> **What to work on**
Among the lines of data below, reproduce only those from the one with "e6 v7 v5 LINE" through the one with "e16 v15 v15", exactly as they stand, both ends included.

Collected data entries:
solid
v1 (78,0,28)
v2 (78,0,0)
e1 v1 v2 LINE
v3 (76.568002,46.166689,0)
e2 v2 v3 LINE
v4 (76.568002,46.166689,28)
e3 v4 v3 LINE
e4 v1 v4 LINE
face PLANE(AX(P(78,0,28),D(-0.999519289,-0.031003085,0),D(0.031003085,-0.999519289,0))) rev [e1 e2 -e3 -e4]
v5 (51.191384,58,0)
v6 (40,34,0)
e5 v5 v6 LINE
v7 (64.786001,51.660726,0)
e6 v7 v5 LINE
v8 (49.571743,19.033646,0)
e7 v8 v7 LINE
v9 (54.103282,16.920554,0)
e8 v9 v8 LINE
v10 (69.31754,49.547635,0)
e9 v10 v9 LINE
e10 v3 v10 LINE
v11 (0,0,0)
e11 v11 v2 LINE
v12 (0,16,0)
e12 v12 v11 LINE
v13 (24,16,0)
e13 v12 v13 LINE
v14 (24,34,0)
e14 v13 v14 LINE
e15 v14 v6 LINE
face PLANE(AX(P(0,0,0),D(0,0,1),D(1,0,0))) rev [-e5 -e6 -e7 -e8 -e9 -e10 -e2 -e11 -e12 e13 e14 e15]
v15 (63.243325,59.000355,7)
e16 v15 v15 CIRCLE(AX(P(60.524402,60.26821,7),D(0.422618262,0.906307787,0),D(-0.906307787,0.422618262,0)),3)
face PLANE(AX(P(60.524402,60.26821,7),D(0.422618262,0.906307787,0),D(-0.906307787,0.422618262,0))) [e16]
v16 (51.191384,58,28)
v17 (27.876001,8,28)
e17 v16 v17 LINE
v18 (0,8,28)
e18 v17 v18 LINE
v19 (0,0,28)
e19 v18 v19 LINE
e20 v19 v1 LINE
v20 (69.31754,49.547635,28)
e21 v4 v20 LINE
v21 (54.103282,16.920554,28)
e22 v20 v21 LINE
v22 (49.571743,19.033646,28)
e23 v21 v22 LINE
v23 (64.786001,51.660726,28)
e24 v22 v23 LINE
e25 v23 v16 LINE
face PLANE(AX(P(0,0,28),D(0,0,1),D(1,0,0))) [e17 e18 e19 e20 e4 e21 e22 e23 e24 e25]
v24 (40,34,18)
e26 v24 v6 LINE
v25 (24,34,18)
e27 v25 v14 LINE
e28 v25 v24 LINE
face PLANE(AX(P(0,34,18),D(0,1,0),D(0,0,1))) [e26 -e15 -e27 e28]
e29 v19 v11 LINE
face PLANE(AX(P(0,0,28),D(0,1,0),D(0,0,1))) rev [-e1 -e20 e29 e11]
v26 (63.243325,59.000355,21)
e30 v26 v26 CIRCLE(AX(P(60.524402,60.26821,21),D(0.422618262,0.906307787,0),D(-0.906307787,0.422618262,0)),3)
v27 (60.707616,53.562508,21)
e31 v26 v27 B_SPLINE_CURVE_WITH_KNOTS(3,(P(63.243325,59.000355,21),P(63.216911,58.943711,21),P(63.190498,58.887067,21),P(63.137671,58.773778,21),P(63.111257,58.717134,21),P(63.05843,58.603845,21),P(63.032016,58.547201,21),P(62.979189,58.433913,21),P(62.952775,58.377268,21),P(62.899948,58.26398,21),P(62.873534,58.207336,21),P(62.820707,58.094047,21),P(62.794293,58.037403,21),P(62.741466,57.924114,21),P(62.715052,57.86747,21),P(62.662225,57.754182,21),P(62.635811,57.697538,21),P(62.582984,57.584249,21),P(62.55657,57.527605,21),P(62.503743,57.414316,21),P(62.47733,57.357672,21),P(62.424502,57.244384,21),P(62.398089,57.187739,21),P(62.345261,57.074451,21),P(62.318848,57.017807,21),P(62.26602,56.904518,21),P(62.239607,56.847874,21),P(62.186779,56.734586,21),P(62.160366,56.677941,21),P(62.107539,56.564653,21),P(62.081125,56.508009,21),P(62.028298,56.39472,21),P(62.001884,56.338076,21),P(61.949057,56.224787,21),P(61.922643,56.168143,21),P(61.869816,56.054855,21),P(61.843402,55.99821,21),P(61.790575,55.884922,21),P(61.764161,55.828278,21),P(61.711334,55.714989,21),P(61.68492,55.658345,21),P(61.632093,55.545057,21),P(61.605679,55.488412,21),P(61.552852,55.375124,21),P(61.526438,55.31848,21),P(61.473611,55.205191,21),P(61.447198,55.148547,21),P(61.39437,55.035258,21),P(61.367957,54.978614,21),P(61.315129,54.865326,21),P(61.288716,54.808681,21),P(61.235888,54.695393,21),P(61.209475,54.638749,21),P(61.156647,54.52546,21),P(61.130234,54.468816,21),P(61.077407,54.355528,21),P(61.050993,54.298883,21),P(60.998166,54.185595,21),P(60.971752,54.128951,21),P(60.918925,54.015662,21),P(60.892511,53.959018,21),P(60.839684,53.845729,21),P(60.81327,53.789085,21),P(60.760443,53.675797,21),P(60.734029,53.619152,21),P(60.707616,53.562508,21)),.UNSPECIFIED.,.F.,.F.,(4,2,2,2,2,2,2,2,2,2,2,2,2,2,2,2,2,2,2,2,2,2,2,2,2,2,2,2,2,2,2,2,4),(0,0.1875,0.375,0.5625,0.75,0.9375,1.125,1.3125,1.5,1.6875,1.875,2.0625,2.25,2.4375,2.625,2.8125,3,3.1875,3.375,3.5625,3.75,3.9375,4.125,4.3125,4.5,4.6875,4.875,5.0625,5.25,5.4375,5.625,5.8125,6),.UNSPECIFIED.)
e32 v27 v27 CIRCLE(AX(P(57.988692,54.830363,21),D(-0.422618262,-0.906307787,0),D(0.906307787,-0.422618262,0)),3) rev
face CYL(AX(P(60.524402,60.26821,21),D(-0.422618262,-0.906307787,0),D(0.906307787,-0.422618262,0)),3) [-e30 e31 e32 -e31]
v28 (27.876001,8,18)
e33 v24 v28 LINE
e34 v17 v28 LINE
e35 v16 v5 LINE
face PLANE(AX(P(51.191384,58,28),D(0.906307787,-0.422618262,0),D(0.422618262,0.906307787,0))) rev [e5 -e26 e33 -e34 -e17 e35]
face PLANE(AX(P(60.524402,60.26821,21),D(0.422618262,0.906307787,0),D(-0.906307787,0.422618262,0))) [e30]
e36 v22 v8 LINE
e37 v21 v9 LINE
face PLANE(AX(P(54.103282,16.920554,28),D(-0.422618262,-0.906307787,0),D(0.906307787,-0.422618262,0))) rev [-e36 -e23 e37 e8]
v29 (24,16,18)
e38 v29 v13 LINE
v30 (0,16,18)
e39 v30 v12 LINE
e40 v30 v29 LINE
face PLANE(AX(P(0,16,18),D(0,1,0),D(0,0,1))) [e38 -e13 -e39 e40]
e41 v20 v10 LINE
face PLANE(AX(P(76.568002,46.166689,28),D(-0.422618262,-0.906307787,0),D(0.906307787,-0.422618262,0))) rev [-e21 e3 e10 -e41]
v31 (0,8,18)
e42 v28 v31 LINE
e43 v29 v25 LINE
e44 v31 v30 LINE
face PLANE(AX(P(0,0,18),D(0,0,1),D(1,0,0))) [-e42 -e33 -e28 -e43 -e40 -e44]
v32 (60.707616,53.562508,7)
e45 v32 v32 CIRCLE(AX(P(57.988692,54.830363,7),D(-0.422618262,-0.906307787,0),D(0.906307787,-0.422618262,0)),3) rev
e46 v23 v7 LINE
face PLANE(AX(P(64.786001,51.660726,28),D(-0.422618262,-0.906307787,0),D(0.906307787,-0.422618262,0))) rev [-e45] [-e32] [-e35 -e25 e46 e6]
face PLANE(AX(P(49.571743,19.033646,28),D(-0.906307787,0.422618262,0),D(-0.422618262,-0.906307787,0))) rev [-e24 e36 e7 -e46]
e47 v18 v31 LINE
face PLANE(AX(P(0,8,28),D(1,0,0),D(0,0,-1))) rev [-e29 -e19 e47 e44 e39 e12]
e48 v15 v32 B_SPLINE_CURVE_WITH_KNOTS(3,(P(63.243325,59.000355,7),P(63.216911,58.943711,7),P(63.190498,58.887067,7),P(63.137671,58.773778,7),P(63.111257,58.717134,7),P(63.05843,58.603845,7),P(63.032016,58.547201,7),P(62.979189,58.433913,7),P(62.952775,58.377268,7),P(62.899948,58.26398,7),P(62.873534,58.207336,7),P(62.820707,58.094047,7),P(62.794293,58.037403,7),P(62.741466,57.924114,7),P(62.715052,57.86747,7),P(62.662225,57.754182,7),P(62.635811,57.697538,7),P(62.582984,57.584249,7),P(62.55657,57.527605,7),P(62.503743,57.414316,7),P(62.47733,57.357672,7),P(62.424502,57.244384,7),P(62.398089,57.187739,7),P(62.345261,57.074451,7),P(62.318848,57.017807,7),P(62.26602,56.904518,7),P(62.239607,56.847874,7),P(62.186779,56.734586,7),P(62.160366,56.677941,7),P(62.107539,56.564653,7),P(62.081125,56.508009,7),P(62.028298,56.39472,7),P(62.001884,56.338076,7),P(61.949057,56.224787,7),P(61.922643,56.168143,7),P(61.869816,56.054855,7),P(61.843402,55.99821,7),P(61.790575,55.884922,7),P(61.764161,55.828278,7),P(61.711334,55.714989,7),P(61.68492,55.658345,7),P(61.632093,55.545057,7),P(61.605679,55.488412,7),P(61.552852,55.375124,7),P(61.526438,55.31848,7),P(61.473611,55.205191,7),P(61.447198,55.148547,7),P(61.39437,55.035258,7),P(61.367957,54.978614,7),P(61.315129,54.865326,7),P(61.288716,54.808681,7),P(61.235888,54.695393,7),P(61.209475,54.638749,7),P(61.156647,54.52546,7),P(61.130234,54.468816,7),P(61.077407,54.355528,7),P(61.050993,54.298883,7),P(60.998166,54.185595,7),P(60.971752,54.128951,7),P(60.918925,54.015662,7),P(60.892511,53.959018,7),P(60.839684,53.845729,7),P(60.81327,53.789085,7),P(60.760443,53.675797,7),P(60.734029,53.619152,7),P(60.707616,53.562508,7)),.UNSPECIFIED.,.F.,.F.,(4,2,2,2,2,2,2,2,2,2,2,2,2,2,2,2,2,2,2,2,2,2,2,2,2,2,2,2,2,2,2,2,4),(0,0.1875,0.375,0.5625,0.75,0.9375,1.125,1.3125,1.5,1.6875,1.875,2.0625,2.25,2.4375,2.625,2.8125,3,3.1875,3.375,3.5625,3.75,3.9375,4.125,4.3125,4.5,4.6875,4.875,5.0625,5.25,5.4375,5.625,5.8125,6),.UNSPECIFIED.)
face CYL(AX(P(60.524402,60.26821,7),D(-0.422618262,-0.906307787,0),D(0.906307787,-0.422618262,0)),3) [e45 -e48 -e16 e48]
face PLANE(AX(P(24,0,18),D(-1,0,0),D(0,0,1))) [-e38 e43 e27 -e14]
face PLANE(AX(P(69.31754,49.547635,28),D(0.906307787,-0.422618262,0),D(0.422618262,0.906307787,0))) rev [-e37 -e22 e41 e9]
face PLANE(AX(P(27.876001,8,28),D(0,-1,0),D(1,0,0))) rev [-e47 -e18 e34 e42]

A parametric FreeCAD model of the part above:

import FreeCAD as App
import Part
import Sketcher

V = App.Vector
Q = App.Units.Quantity

doc = App.newDocument("Part")
params = doc.addObject("Spreadsheet::Sheet", "Params")
for row, (alias, value) in enumerate([
    ("sketch1_width", "78 mm"),
    ("sketch1_height", "8 mm"),
    ("sketch1_length", "8 mm"),
    ("sketch1_length2", "36 mm"),
    ("sketch1_length3", "5 mm"),
    ("pad1_length", "28 mm"),
    ("sketch2_width", "16 mm"),
    ("sketch2_width2", "24 mm"),
    ("sketch2_height", "8 mm"),
    ("sketch2_height2", "18 mm"),
    ("pad2_length", "18 mm"),
    ("sketch3_diameter", "6 mm"),
    ("pad3_length", "6 mm"),
], start=1):
    params.set(f"A{row}", alias)
    params.set(f"B{row}", "=" + value)
    params.setAlias(f"B{row}", alias)

body = doc.addObject("PartDesign::Body", "Body")

# Sketch on XY plane
sketch1 = body.newObject("Sketcher::SketchObject", "Sketch")
sketch1.AttachmentSupport = (doc.getObject("XY_Plane"), [""])
sketch1.MapMode = "FlatFace"
sketch1.addGeometry([
    Part.LineSegment(V(0, 0, 0), V(78, 0, 0)),  # 0
    Part.LineSegment(V(78, 0, 0), V(76.6, 46.2, 0)),  # 1
    Part.LineSegment(V(76.6, 46.2, 0), V(69.3, 49.5, 0)),  # 2
    Part.LineSegment(V(69.3, 49.5, 0), V(54.1, 16.9, 0)),  # 3
    Part.LineSegment(V(54.1, 16.9, 0), V(49.6, 19, 0)),  # 4
    Part.LineSegment(V(49.6, 19, 0), V(64.8, 51.7, 0)),  # 5
    Part.LineSegment(V(64.8, 51.7, 0), V(51.2, 58, 0)),  # 6
    Part.LineSegment(V(51.2, 58, 0), V(27.9, 8, 0)),  # 7
    Part.LineSegment(V(27.9, 8, 0), V(0, 8, 0)),  # 8
    Part.LineSegment(V(0, 8, 0), V(0, 0, 0)),  # 9
], False)
sketch1.addConstraint([
    Sketcher.Constraint("Coincident", 0, 2, 1, 1),
    Sketcher.Constraint("Coincident", 1, 2, 2, 1),
    Sketcher.Constraint("Coincident", 2, 2, 3, 1),
    Sketcher.Constraint("Coincident", 3, 2, 4, 1),
    Sketcher.Constraint("Coincident", 4, 2, 5, 1),
    Sketcher.Constraint("Coincident", 5, 2, 6, 1),
    Sketcher.Constraint("Coincident", 6, 2, 7, 1),
    Sketcher.Constraint("Coincident", 7, 2, 8, 1),
    Sketcher.Constraint("Coincident", 8, 2, 9, 1),
    Sketcher.Constraint("Coincident", 9, 2, 0, 1),
    Sketcher.Constraint("Horizontal", 0),
    Sketcher.Constraint("Horizontal", 8),
    Sketcher.Constraint("Vertical", 9),
    Sketcher.Constraint("Coincident", 9, 2, -1, 1),
    Sketcher.Constraint("Perpendicular", 2, 3),
    Sketcher.Constraint("Perpendicular", 3, 4),
    Sketcher.Constraint("Perpendicular", 4, 5),
    Sketcher.Constraint("Perpendicular", 5, 6),
    Sketcher.Constraint("Perpendicular", 6, 7),
    Sketcher.Constraint("Equal", 3, 5),
    Sketcher.Constraint("DistanceX", 0, 1, 0, 2, 78.0),
    Sketcher.Constraint("DistanceY", 9, 2, 9, 1, 8.0),
    Sketcher.Constraint("Angle", 2, Q("155 deg")),
    Sketcher.Constraint("Distance", 2, 8.0),
    Sketcher.Constraint("Distance", 3, 36.0),
    Sketcher.Constraint("Distance", 4, 5.0),
    Sketcher.Constraint("Distance", 6, 15.0),
    Sketcher.Constraint("DistanceY", -1, 1, 6, 2, 58.0),
    Sketcher.Constraint("DistanceX", 8, 2, 8, 1, 27.876001),
])
sketch1.setExpression("Constraints[20]", "Params.sketch1_width")
sketch1.setExpression("Constraints[21]", "Params.sketch1_height")
sketch1.setExpression("Constraints[23]", "Params.sketch1_length")
sketch1.setExpression("Constraints[24]", "Params.sketch1_length2")
sketch1.setExpression("Constraints[25]", "Params.sketch1_length3")
pad1 = body.newObject("PartDesign::Pad", "Pad")
pad1.Profile = sketch1
pad1.setExpression("Length", "Params.pad1_length")

# Sketch on XY plane
sketch2 = body.newObject("Sketcher::SketchObject", "Sketch001")
sketch2.AttachmentSupport = (doc.getObject("XY_Plane"), [""])
sketch2.MapMode = "FlatFace"
sketch2.addGeometry([
    Part.LineSegment(V(0, 16, 0), V(0, 8, 0)),  # 0
    Part.LineSegment(V(0, 8, 0), V(28, 8, 0)),  # 1
    Part.LineSegment(V(28, 8, 0), V(40, 34, 0)),  # 2
    Part.LineSegment(V(40, 34, 0), V(24, 34, 0)),  # 3
    Part.LineSegment(V(24, 34, 0), V(24, 16, 0)),  # 4
    Part.LineSegment(V(24, 16, 0), V(0, 16, 0)),  # 5
], False)
sketch2.addConstraint([
    Sketcher.Constraint("Coincident", 0, 2, 1, 1),
    Sketcher.Constraint("Coincident", 1, 2, 2, 1),
    Sketcher.Constraint("Coincident", 2, 2, 3, 1),
    Sketcher.Constraint("Coincident", 3, 2, 4, 1),
    Sketcher.Constraint("Coincident", 4, 2, 5, 1),
    Sketcher.Constraint("Coincident", 5, 2, 0, 1),
    Sketcher.Constraint("Vertical", 0),
    Sketcher.Constraint("Horizontal", 1),
    Sketcher.Constraint("Horizontal", 3),
    Sketcher.Constraint("Vertical", 4),
    Sketcher.Constraint("Horizontal", 5),
    Sketcher.Constraint("PointOnObject", 0, 2, -2),
    Sketcher.Constraint("DistanceX", 3, 2, 3, 1, 16.0),
    Sketcher.Constraint("DistanceX", 5, 2, 5, 1, 24.0),
    Sketcher.Constraint("DistanceY", 0, 2, 0, 1, 8.0),
    Sketcher.Constraint("DistanceY", 4, 2, 4, 1, 18.0),
    Sketcher.Constraint("Angle", 2, Q("65 deg")),
    Sketcher.Constraint("DistanceY", -1, 1, 0, 2, 8.0),
])
sketch2.setExpression("Constraints[12]", "Params.sketch2_width")
sketch2.setExpression("Constraints[13]", "Params.sketch2_width2")
sketch2.setExpression("Constraints[14]", "Params.sketch2_height")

> **Expected answer**
e6 v7 v5 LINE
v8 (49.571743,19.033646,0)
e7 v8 v7 LINE
v9 (54.103282,16.920554,0)
e8 v9 v8 LINE
v10 (69.31754,49.547635,0)
e9 v10 v9 LINE
e10 v3 v10 LINE
v11 (0,0,0)
e11 v11 v2 LINE
v12 (0,16,0)
e12 v12 v11 LINE
v13 (24,16,0)
e13 v12 v13 LINE
v14 (24,34,0)
e14 v13 v14 LINE
e15 v14 v6 LINE
face PLANE(AX(P(0,0,0),D(0,0,1),D(1,0,0))) rev [-e5 -e6 -e7 -e8 -e9 -e10 -e2 -e11 -e12 e13 e14 e15]
v15 (63.243325,59.000355,7)
e16 v15 v15 CIRCLE(AX(P(60.524402,60.26821,7),D(0.422618262,0.906307787,0),D(-0.906307787,0.422618262,0)),3)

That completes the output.